__Try it__
What lines below include the word "Rectangle"? Copy each one.

__Collected data entries__
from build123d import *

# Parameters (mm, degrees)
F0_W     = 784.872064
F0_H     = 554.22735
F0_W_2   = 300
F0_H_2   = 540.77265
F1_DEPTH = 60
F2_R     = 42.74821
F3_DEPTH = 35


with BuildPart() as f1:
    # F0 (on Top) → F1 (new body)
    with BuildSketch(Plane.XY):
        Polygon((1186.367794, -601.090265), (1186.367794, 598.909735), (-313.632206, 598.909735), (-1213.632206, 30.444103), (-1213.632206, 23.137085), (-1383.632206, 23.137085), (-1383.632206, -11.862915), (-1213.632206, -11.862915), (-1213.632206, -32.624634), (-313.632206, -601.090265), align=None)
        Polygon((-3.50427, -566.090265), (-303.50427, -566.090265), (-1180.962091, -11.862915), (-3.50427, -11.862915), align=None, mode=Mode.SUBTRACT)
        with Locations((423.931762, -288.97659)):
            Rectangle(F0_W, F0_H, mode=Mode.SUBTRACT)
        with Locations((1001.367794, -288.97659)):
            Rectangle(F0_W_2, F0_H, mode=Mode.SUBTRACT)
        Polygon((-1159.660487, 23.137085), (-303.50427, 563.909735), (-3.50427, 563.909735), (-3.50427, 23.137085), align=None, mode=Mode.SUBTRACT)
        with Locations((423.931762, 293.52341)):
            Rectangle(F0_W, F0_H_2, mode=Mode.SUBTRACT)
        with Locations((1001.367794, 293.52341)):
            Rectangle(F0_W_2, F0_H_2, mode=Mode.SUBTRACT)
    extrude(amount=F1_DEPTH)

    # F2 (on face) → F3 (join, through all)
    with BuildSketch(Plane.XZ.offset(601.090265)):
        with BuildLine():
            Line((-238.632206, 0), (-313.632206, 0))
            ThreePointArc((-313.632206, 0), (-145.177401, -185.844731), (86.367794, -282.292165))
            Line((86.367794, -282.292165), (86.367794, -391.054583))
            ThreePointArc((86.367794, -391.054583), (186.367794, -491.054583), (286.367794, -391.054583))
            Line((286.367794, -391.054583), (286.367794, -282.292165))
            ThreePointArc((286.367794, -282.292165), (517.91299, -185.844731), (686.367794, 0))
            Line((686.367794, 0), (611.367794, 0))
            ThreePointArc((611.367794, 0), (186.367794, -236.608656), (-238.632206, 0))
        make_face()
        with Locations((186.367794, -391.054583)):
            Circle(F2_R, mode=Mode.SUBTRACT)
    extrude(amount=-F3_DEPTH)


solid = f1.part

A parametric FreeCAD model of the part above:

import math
import FreeCAD as App
import Part
import Sketcher
Q = App.Units.Quantity


def add_polygon(sketch, points):
    """Adds a closed chain of lines whose ends are joined by coincident constraints."""
    first, n = sketch.GeometryCount, len(points)
    for a, b in zip(points, points[1:] + points[:1]):
        sketch.addGeometry(Part.LineSegment(App.Vector(*a, 0), App.Vector(*b, 0)), False)
    for i in range(n):
        sketch.addConstraint(Sketcher.Constraint("Coincident", first + i, 2, first + (i + 1) % n, 1))

doc = App.newDocument("Part")
body = doc.addObject("PartDesign::Body", "Body")

# Sketch on XY plane
sketch1 = body.newObject("Sketcher::SketchObject", "Sketch")
sketch1.AttachmentSupport = (doc.getObject("XY_Plane"), [""])
sketch1.MapMode = "FlatFace"
add_polygon(sketch1, [(1186.367794, -601.090265), (1186.367794, 598.909735), (-313.632206, 598.909735), (-1213.632206, 30.444103), (-1213.632206, 23.137085), (-1383.632206, 23.137085), (-1383.632206, -11.862915), (-1213.632206, -11.862915), (-1213.632206, -32.624634), (-313.632206, -601.090265)])  # lines 0-9
add_polygon(sketch1, [(-3.50427, -11.862915), (-3.50427, -566.090265), (-303.50427, -566.090265), (-1180.962091, -11.862915)])  # lines 10-13
add_polygon(sketch1, [(816.367794, -566.090265), (31.49573, -566.090265), (31.49573, -11.862915), (816.367794, -11.862915)])  # lines 14-17
add_polygon(sketch1, [(1151.367794, -566.090265), (851.367794, -566.090265), (851.367794, -11.862915), (1151.367794, -11.862915)])  # lines 18-21
add_polygon(sketch1, [(-3.50427, 23.137085), (-1159.660487, 23.137085), (-303.50427, 563.909735), (-3.50427, 563.909735)])  # lines 22-25
add_polygon(sketch1, [(816.367794, 23.137085), (31.49573, 23.137085), (31.49573, 563.909735), (816.367794, 563.909735)])  # lines 26-29
add_polygon(sketch1, [(1151.367794, 23.137085), (851.367794, 23.137085), (851.367794, 563.909735), (1151.367794, 563.909735)])  # lines 30-33
sketch1.addConstraint([
    Sketcher.Constraint("Vertical", 0),
    Sketcher.Constraint("Horizontal", 1),
    Sketcher.Constraint("Vertical", 3),
    Sketcher.Constraint("Horizontal", 4),
    Sketcher.Constraint("Vertical", 5),
    Sketcher.Constraint("Horizontal", 6),
    Sketcher.Constraint("Vertical", 7),
    Sketcher.Constraint("Horizontal", 9),
    Sketcher.Constraint("Vertical", 10),
    Sketcher.Constraint("Horizontal", 11),
    Sketcher.Constraint("Horizontal", 13),
    Sketcher.Constraint("Horizontal", 14),
    Sketcher.Constraint("Vertical", 15),
    Sketcher.Constraint("Horizontal", 16),
    Sketcher.Constraint("Vertical", 17),
    Sketcher.Constraint("Horizontal", 18),
    Sketcher.Constraint("Vertical", 19),
    Sketcher.Constraint("Horizontal", 20),
    Sketcher.Constraint("Vertical", 21),
    Sketcher.Constraint("Horizontal", 22),
    Sketcher.Constraint("Horizontal", 24),
    Sketcher.Constraint("Vertical", 25),
    Sketcher.Constraint("Horizontal", 26),
    Sketcher.Constraint("Vertical", 27),
    Sketcher.Constraint("Horizontal", 28),
    Sketcher.Constraint("Vertical", 29),
    Sketcher.Constraint("Horizontal", 30),
    Sketcher.Constraint("Vertical", 31),
    Sketcher.Constraint("Horizontal", 32),
    Sketcher.Constraint("Vertical", 33),
    Sketcher.Constraint("DistanceX", 1, 2, 1, 1, Q("1500 mm")),
    Sketcher.Constraint("DistanceX", 4, 2, 4, 1, Q("170 mm")),
    Sketcher.Constraint("DistanceX", 6, 1, 6, 2, Q("170 mm")),
    Sketcher.Constraint("DistanceX", 9, 1, 9, 2, Q("1500 mm")),
    Sketcher.Constraint("DistanceX", 11, 2, 11, 1, Q("300 mm")),
    Sketcher.Constraint("DistanceX", 18, 2, 18, 1, Q("300 mm")),
    Sketcher.Constraint("DistanceX", 24, 1, 24, 2, Q("300 mm")),
    Sketcher.Constraint("DistanceX", 30, 2, 30, 1, Q("300 mm")),
    Sketcher.Constraint("DistanceY", 0, 1, 0, 2, Q("1200 mm")),
    Sketcher.Constraint("DistanceY", 5, 2, 5, 1, Q("35 mm")),
    Sketcher.Constraint("DistanceX", 2, 2, 1, 2, Q("900 mm")),
    Sketcher.Constraint("DistanceY", 8, 2, 10, 2, Q("35 mm")),
    Sketcher.Constraint("DistanceY", 12, 2, 3, 2, Q("35 mm")),
    Sketcher.Constraint("DistanceX", 10, 2, 14, 2, Q("35 mm")),
    Sketcher.Constraint("DistanceY", 8, 2, 14, 2, Q("35 mm")),
    Sketcher.Constraint("DistanceX", 16, 2, 9, 2, Q("370 mm")),
    Sketcher.Constraint("DistanceX", 17, 2, 18, 2, Q("35 mm")),
    Sketcher.Constraint("DistanceY", 9, 2, 18, 2, Q("35 mm")),
    Sketcher.Constraint("DistanceY", 12, 2, 22, 2, Q("35 mm")),
    Sketcher.Constraint("DistanceY", 23, 2, 1, 2, Q("35 mm")),
    Sketcher.Constraint("DistanceX", 23, 2, 13, 2, Q("300 mm")),
    Sketcher.Constraint("DistanceY", 15, 2, 25, 2, Q("35 mm")),
    Sketcher.Constraint("DistanceY", 15, 2, 26, 2, Q("35 mm")),
    Sketcher.Constraint("DistanceX", 25, 2, 26, 2, Q("35 mm")),
    Sketcher.Constraint("DistanceY", 27, 2, 1, 2, Q("35 mm")),
    Sketcher.Constraint("DistanceX", 28, 2, 0, 2, Q("370 mm")),
    Sketcher.Constraint("DistanceY", 19, 2, 29, 2, Q("35 mm")),
    Sketcher.Constraint("DistanceY", 19, 2, 30, 2, Q("35 mm")),
    Sketcher.Constraint("DistanceX", 29, 2, 30, 2, Q("35 mm")),
    Sketcher.Constraint("DistanceY", 31, 2, 0, 2, Q("35 mm")),
    Sketcher.Constraint("DistanceX", 13, 1, 13, 2, Q("1177.457821 mm")),
    Sketcher.Constraint("DistanceY", 7, 2, 7, 1, Q("20.761719 mm")),
    Sketcher.Constraint("DistanceY", 10, 2, 10, 1, Q("554.22735 mm")),
    Sketcher.Constraint("DistanceX", 14, 2, 14, 1, Q("784.872064 mm")),
    Sketcher.Constraint("DistanceX", 22, 2, 22, 1, Q("1156.156217 mm")),
    Sketcher.Constraint("DistanceY", 3, 2, 3, 1, Q("7.307018 mm")),
    Sketcher.Constraint("DistanceX", 10, 2, -1, 1, Q("3.50427 mm")),
    Sketcher.Constraint("DistanceY", -1, 1, 0, 2, Q("598.909735 mm")),
])
pad1 = body.newObject("PartDesign::Pad", "Pad")
pad1.Profile = sketch1
pad1.Length = 60

# Sketch on XZ plane
sketch2 = body.newObject("Sketcher::SketchObject", "Sketch001")
sketch2.AttachmentSupport = (doc.getObject("XZ_Plane"), [""])
sketch2.MapMode = "FlatFace"
sketch2.AttachmentOffset = App.Placement(App.Vector(0, 0, 601.090265), App.Rotation())
sketch2.addGeometry([
    Part.LineSegment(App.Vector(-238.632206, 0, 0), App.Vector(-313.632206, 0, 0)),  # 0
    Part.ArcOfCircle(Part.Circle(App.Vector(186.367794, 283.945418, 0), App.Vector(0, 0, 1), 575), math.radians(-150.408154), math.radians(-100.01541)),  # 1
    Part.LineSegment(App.Vector(86.367794, -282.292165, 0), App.Vector(86.367794, -391.054583, 0)),  # 2
    Part.ArcOfCircle(Part.Circle(App.Vector(186.367794, -391.054583, 0), App.Vector(0, 0, 1), 100), math.radians(180), math.radians(360)),  # 3
    Part.LineSegment(App.Vector(286.367794, -391.054583, 0), App.Vector(286.367794, -282.292165, 0)),  # 4
    Part.ArcOfCircle(Part.Circle(App.Vector(186.367798, 283.945413, 0), App.Vector(0, 0, 1), 574.999995), math.radians(-79.98459), math.radians(-29.591846)),  # 5
    Part.LineSegment(App.Vector(686.367794, 0, 0), App.Vector(611.367794, 0, 0)),  # 6
    Part.ArcOfCircle(Part.Circle(App.Vector(186.367794, 263.391344, 0), App.Vector(0, 0, 1), 500), math.radians(-148.211669), math.radians(-31.788331)),  # 7
    Part.Circle(App.Vector(186.367794, -391.054583, 0), App.Vector(0, 0, 1), 42.74821),  # 8
], False)
sketch2.addConstraint([
    Sketcher.Constraint("Coincident", 0, 2, 1, 1),
    Sketcher.Constraint("Coincident", 1, 2, 2, 1),
    Sketcher.Constraint("Tangent", 2, 2, 3, 1),
    Sketcher.Constraint("Tangent", 3, 2, 4, 1),
    Sketcher.Constraint("Coincident", 4, 2, 5, 1),
    Sketcher.Constraint("Coincident", 5, 2, 6, 1),
    Sketcher.Constraint("Coincident", 6, 2, 7, 2),
    Sketcher.Constraint("Coincident", 7, 1, 0, 1),
    Sketcher.Constraint("Horizontal", 0),
    Sketcher.Constraint("Vertical", 2),
    Sketcher.Constraint("Vertical", 4),
    Sketcher.Constraint("Horizontal", 6),
    Sketcher.Constraint("Coincident", 5, 3, 1, 3),
    Sketcher.Constraint("Coincident", 8, 3, 3, 3),
    Sketcher.Constraint("PointOnObject", 0, 2, -1),
    Sketcher.Constraint("PointOnObject", 6, 2, -1),
    Sketcher.Constraint("Horizontal", 1, 2, 4, 2),
    Sketcher.Constraint("Vertical", 1, 3, 3, 3),
    Sketcher.Constraint("Vertical", 3, 3, 7, 3),
    Sketcher.Constraint("Radius", 1, Q("575 mm")),
    Sketcher.Constraint("Radius", 3, Q("100 mm")),
    Sketcher.Constraint("Radius", 7, Q("500 mm")),
    Sketcher.Constraint("DistanceX", 0, 2, 0, 1, Q("75 mm")),
    Sketcher.Constraint("DistanceY", 3, 3, 1, 3, Q("675.000001 mm")),
    Sketcher.Constraint("DistanceX", 0, 2, 7, 3, Q("500 mm")),
    Sketcher.Constraint("Diameter", 8, Q("85.49642 mm")),
    Sketcher.Constraint("DistanceX", -1, 1, 1, 3, Q("186.367794 mm")),
])
pad2 = body.newObject("PartDesign::Pad", "Pad001")
pad2.Profile = sketch2
pad2.Length = 35
pad2.Reversed = True

doc.recompute()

__Exercise response__
            Rectangle(F0_W, F0_H, mode=Mode.SUBTRACT)
            Rectangle(F0_W_2, F0_H, mode=Mode.SUBTRACT)
            Rectangle(F0_W, F0_H_2, mode=Mode.SUBTRACT)
            Rectangle(F0_W_2, F0_H_2, mode=Mode.SUBTRACT)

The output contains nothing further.